この二人がお互いを敵視するのは、相手を蔑視しているのではないとすぐにわかる。勿論シャルロッタとバレンティーナのような過去の経緯がある関係でもない。なんだかシャルロッタとフレデリカは、似ていすぎて相容れないんだろうと感じた。
フレデリカに手を振って、シャルロッタをチームのテントに押し込んだ。
「新人相手にムキになるなんて、シャルロッタさんらしくないですよ」
本当はじつにシャルロッタさんらしいと思ったが、一応言ってみる。
「あたしだって雑魚なら相手にしないわ」
意外にもシャルロッタさんらしくない深刻な表情で返された。
「あいつ、自分がマシンに無理かけ過ぎたから負けったって言った」
確かに敗けたのをマシンのせいにしていなかった。
「それに『次はあたいたちが』って言ってた。

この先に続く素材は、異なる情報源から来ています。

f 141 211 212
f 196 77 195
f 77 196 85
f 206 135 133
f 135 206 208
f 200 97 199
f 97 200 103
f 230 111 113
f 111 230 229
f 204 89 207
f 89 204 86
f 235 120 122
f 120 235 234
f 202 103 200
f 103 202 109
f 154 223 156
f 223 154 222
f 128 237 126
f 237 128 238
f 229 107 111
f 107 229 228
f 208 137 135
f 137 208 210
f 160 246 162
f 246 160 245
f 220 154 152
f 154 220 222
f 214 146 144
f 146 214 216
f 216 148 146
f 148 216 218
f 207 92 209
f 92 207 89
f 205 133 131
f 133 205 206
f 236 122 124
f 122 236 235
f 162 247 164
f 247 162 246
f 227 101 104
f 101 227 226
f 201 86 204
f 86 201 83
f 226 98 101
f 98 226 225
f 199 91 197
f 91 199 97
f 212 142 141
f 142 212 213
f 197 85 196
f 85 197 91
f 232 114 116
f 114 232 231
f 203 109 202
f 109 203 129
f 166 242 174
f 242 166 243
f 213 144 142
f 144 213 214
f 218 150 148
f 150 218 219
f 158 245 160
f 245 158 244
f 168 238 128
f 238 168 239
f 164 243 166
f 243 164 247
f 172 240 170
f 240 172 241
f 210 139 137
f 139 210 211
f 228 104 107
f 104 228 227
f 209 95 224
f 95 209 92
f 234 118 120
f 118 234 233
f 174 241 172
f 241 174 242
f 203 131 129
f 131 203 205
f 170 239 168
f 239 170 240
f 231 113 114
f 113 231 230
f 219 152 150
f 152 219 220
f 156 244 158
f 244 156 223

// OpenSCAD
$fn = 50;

意味わかる?」
「たぶん『ヤマダのチームで』ってことですよね?」
「ちがうわ。『あたいたち』ってのは、あいつとあいつのバイクのことよ。あたしにはそう聞こえたわ。あいつ、バイクをただの道具なんかと思ってないのよ」
シャルロッタは驚異と認識した相手しか敵視しない。彼女は直感でフレデリカが自分と同じ感性を持っていると感じ取っていたのだ。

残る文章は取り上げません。